The cappings come out of a cowen wax spinner.

Thanks for your insight.


----------



## Scott J. (Feb 6, 2007)

In the Equipment/Hardware Review section there is a thread going on this subject.


----------



## jim lyon (Feb 19, 2006)

I have heard a lot of good things about the Cook and Beals melter and know of one bigger operator who uses it alongside his Cook and Beals spinner with pretty good success. Personally I'm not a very big fan of melting wax at the same time as we are extracting just because of the extra heat and work involved when you are busy doing other things. I think I would lean more towards the Cowen melter (though I see it is no longer listed on their web site). Its kind of spendy but it is really a hands off system. Esentially it is just a big oven that you put 3 drums of cappings in (representing about 40 to 45 drums of honey) and everything melts and runs into heated holding/separating tanks. Seems pretty efficient and it can be located in a separate area.


----------



## Beeslave (Feb 6, 2009)

I know a few guys that have made melters from milk tanks. You have to have the correct style for it to work.

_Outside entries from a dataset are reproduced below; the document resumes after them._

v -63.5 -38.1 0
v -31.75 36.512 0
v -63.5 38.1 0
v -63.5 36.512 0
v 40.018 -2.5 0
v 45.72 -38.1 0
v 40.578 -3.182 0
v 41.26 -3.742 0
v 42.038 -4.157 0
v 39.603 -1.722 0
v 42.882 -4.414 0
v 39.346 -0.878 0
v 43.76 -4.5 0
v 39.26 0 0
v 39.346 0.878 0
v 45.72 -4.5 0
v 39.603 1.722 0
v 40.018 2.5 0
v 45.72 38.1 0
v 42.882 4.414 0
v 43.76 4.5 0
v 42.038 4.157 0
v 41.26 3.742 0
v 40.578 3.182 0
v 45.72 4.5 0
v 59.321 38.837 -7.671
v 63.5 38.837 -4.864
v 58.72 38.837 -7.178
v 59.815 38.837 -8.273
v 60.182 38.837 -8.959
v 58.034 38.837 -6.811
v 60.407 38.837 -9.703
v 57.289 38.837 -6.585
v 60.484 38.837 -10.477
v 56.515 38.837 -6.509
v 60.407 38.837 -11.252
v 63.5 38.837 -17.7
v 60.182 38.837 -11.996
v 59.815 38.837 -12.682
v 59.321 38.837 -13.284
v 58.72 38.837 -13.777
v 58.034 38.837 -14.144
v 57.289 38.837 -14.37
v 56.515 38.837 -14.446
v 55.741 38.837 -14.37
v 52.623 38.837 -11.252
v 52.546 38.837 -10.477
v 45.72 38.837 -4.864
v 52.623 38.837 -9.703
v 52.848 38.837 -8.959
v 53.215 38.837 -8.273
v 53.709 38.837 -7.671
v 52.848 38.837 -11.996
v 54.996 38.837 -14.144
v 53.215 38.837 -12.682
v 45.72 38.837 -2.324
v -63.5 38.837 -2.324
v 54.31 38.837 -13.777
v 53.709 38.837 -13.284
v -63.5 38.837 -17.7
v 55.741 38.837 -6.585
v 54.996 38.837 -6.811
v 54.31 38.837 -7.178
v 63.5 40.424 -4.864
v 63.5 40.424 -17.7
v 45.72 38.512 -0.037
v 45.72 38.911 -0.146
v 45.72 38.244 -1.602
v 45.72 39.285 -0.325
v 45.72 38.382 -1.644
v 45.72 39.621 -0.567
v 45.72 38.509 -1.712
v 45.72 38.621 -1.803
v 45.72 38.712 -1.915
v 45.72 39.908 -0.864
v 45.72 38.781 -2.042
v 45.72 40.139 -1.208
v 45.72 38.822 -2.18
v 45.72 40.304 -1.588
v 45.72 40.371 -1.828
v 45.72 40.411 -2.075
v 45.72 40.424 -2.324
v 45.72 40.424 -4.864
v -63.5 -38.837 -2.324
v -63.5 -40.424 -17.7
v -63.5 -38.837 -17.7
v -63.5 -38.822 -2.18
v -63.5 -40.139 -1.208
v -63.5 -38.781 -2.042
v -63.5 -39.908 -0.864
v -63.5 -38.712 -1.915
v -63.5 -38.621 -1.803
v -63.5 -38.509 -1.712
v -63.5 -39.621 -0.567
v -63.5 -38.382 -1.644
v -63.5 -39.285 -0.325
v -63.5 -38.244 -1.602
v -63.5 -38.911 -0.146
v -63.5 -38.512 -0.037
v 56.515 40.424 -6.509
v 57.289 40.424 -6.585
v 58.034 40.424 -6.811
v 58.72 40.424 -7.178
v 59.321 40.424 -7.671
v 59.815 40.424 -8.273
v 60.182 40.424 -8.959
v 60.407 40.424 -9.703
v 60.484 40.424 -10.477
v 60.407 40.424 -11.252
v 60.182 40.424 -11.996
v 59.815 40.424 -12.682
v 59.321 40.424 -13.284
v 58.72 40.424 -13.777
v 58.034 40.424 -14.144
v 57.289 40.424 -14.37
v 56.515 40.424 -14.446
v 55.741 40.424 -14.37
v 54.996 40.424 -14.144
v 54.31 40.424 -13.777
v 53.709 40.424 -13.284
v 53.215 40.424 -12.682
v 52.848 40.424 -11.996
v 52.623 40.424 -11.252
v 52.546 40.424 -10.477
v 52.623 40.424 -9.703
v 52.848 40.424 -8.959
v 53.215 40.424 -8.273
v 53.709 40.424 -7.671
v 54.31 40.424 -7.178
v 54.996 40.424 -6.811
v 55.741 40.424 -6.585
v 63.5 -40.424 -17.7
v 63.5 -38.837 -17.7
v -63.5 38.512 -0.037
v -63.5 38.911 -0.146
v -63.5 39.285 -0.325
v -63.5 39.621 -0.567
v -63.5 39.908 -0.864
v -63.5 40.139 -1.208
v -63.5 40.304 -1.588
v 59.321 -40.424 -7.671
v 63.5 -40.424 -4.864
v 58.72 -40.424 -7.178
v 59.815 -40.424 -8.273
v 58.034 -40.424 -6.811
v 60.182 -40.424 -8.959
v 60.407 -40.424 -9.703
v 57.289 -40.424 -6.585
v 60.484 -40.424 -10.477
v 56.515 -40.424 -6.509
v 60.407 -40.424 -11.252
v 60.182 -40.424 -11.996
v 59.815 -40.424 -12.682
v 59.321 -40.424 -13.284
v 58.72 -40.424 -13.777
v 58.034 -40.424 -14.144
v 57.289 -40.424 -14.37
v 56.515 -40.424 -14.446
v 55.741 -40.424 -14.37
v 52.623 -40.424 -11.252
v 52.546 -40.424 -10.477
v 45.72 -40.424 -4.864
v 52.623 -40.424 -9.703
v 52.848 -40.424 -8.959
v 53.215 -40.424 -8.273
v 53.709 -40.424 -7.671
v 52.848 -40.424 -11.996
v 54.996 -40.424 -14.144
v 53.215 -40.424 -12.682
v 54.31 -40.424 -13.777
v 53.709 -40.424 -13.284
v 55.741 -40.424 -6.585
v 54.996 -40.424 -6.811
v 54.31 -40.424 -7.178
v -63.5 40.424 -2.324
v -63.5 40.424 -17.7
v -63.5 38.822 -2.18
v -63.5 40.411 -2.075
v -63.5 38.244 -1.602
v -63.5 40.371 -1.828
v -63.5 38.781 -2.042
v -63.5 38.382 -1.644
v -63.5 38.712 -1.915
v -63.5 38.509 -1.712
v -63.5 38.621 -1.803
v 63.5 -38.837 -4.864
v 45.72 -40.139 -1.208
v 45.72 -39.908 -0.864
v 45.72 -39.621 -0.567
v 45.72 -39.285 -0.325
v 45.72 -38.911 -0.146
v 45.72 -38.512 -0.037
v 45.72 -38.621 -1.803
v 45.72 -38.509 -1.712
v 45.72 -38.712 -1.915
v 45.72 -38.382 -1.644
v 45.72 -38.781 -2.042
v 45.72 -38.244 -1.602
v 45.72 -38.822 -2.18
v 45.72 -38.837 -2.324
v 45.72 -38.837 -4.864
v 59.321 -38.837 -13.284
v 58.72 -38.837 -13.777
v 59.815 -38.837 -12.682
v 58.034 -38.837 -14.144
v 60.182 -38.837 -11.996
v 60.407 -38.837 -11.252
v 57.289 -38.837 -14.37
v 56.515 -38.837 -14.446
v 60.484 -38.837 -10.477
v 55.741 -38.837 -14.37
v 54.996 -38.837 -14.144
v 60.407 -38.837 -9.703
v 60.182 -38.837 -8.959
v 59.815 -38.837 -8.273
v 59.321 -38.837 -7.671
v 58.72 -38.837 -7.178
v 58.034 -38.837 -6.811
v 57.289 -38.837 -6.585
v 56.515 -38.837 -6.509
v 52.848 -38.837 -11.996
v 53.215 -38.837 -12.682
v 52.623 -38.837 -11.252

Run hot water through the cooling coils and hang heat lamps inside so the top is the hottest. After filling it with cappings turn it on but start at a lower heat. Let it sit for a few days then turn the heat up and drain the honey out. I've seen some real nice honey come out of those melters before the high heat melting is started.


----------



## The Honey Householder (Nov 14, 2008)

I melt all my beeswax in season just in another room. We use a maxiant 400# bottling tanks. We melt over 2 ton a year. We avg. 200+ lbs a melting.


----------



## LSPender (Nov 16, 2004)

Ron, Why the bottling tank vs Maxants wax melter?

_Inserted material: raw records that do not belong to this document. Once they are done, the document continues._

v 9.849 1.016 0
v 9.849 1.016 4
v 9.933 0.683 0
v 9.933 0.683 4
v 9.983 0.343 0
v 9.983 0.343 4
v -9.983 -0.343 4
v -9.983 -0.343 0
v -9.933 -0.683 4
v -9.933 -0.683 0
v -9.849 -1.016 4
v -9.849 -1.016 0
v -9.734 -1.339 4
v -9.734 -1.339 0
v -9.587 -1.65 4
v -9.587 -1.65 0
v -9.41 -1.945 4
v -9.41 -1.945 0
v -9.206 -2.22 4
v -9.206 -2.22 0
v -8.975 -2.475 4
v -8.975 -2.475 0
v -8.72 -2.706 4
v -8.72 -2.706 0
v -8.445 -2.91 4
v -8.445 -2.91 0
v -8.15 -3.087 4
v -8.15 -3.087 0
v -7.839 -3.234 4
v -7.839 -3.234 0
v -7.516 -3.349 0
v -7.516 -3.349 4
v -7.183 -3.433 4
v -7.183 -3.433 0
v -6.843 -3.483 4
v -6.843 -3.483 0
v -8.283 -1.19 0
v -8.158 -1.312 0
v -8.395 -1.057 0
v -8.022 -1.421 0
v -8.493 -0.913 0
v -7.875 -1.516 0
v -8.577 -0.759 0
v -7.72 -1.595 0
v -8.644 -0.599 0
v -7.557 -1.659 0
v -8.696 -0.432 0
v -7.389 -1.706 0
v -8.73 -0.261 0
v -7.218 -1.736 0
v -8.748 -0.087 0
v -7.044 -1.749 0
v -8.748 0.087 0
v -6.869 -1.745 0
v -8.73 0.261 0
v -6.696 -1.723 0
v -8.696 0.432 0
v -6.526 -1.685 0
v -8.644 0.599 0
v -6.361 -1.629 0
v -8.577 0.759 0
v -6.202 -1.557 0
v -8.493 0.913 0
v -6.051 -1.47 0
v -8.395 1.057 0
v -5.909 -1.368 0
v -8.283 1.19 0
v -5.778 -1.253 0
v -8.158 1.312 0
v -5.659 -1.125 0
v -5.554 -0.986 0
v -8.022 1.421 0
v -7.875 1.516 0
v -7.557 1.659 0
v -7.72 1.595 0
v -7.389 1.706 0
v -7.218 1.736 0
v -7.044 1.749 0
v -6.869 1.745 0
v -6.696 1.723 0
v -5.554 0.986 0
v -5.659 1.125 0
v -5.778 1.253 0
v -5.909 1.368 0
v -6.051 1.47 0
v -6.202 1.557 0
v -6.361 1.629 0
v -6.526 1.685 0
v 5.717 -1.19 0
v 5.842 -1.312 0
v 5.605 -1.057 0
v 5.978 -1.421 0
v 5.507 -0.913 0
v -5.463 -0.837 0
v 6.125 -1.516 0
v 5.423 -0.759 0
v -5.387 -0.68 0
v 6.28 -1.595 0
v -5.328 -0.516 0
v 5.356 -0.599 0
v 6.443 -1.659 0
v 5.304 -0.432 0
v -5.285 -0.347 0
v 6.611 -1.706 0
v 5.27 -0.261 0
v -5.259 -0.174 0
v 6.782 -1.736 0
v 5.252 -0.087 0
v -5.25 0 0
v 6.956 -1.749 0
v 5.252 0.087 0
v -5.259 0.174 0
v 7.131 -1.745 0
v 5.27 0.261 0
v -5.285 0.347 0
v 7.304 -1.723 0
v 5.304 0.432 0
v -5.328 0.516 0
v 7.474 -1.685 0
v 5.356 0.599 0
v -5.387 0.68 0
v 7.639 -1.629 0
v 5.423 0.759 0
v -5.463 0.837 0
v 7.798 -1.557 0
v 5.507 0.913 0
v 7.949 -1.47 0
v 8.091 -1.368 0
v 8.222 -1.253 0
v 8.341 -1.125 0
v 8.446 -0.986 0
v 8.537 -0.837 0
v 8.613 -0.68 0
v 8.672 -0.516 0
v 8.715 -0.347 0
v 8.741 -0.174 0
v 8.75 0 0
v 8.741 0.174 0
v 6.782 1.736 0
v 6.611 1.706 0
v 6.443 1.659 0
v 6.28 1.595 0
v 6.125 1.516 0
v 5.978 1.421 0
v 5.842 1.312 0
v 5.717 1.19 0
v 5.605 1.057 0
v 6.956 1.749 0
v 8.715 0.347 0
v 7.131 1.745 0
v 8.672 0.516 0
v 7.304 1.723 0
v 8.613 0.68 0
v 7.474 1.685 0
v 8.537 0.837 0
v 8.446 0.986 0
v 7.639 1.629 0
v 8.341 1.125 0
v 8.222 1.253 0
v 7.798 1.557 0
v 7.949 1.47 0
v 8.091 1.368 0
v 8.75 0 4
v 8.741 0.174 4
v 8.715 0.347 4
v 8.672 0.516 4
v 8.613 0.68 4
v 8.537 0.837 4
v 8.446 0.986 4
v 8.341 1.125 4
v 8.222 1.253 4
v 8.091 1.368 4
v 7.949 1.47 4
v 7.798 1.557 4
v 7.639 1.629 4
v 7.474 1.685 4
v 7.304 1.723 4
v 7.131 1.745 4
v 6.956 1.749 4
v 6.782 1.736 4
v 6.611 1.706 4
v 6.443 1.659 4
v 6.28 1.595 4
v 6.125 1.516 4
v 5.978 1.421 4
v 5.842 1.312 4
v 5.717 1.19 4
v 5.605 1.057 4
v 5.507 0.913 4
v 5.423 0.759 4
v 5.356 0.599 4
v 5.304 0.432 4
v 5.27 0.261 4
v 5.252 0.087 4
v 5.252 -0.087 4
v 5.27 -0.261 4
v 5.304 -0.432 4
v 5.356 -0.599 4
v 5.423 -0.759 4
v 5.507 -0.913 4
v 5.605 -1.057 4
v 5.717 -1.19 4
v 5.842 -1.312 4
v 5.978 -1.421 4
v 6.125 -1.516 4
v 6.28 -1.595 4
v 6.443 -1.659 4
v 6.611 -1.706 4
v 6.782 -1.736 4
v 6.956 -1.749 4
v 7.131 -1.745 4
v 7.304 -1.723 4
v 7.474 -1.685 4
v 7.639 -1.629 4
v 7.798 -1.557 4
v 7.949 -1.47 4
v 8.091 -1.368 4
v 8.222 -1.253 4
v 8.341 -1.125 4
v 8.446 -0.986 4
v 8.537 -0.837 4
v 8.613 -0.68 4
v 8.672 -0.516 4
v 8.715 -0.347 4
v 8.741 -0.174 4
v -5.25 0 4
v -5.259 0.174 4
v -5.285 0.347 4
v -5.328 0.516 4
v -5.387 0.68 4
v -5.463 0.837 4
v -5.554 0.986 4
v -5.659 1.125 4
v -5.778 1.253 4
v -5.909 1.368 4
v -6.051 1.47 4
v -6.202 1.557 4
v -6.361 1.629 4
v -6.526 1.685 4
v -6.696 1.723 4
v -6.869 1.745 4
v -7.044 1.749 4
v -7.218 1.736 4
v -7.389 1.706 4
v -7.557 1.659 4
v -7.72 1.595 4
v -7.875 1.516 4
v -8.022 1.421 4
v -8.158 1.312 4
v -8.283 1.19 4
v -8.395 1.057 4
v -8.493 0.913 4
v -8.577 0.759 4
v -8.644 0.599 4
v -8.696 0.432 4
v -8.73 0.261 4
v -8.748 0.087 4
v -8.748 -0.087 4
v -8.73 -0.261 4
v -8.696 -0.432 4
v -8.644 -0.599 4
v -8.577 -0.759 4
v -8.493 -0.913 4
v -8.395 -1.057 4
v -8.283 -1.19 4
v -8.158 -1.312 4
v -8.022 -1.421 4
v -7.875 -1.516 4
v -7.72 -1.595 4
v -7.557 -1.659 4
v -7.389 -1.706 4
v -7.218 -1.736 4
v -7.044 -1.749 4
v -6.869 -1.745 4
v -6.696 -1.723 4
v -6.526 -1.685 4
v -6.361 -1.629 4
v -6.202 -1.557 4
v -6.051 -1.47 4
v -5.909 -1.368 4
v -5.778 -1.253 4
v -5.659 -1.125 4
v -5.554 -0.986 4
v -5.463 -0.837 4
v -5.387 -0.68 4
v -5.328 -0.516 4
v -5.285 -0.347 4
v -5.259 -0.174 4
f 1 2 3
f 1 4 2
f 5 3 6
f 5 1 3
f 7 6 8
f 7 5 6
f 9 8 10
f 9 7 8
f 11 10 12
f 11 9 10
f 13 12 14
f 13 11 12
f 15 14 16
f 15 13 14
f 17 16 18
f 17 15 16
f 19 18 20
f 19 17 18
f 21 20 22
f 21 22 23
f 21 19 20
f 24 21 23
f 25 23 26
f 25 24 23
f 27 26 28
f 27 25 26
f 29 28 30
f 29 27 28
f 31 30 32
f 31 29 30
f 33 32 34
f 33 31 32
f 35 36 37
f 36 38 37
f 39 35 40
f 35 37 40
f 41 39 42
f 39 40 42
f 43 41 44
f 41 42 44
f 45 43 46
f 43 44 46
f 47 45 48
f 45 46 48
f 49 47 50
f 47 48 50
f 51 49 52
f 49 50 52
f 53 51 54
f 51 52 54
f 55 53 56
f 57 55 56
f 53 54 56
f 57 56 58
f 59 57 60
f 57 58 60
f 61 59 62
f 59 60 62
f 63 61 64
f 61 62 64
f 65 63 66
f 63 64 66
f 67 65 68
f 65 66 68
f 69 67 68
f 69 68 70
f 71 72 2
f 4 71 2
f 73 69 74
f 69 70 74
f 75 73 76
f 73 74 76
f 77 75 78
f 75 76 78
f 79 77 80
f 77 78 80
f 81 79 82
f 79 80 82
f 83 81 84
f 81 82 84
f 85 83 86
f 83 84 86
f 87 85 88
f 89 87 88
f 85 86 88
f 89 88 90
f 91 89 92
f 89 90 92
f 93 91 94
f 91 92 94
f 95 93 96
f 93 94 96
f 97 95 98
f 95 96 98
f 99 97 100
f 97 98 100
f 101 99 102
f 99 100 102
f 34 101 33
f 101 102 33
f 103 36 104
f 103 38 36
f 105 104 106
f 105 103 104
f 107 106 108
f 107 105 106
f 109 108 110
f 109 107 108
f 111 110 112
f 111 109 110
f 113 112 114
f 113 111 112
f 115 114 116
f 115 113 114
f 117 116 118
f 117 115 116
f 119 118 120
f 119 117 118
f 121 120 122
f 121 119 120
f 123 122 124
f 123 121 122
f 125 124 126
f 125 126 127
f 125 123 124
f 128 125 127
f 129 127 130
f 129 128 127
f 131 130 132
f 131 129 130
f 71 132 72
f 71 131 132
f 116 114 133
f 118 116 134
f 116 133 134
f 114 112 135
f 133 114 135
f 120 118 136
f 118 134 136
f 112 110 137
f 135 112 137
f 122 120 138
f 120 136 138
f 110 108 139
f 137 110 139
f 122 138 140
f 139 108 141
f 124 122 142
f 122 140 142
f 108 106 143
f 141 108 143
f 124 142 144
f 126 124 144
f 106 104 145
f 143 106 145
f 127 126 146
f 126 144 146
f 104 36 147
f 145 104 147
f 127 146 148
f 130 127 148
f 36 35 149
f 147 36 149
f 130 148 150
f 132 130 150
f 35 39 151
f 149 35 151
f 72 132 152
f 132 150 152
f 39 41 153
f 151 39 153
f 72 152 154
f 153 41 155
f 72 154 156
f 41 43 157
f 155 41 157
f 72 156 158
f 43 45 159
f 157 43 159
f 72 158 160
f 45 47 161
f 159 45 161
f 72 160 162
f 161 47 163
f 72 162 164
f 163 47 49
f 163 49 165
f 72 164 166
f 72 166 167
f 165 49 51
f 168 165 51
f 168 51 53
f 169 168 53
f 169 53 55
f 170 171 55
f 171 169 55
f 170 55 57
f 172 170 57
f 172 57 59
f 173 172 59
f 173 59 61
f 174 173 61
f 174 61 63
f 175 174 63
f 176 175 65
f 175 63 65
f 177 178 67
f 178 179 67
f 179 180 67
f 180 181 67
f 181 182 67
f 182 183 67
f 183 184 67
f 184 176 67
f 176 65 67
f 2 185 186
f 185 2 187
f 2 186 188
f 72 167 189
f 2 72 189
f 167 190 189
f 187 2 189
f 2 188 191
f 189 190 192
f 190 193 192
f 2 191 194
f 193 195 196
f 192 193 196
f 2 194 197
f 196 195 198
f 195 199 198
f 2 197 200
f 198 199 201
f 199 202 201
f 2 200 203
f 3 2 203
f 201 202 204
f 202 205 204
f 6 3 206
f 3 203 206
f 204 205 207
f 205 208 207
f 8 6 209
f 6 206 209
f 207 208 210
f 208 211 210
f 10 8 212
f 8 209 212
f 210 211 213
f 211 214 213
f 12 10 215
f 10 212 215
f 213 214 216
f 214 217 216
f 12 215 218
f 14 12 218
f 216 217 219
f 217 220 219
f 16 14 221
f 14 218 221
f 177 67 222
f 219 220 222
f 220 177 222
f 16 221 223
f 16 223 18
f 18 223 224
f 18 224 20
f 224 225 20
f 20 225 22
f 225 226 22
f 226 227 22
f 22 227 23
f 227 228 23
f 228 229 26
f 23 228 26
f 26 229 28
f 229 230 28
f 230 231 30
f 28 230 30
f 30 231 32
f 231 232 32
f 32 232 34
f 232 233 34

I see the wax melting tank has 2 vavles to run off honey & wax. The bottling tank has just a single vavle.

Also, how do you get the cappings into the tank?


Thanks,


----------



## jim lyon (Feb 19, 2006)

That's kind of the rub with some of those systems is rehandling the cappings unless you are doing it right beside your spinner. The big advantages of doing it at about the same time you are extracting is that you can salvage honey still in the cappings without darkening it too much and it is a lot more energy efficient.


----------



## Bud Dingler (Feb 8, 2008)

If final quality is an issue systems that bake the wax at high temps ruin the wax quality. Lots of operations running cook/beals at 200F. 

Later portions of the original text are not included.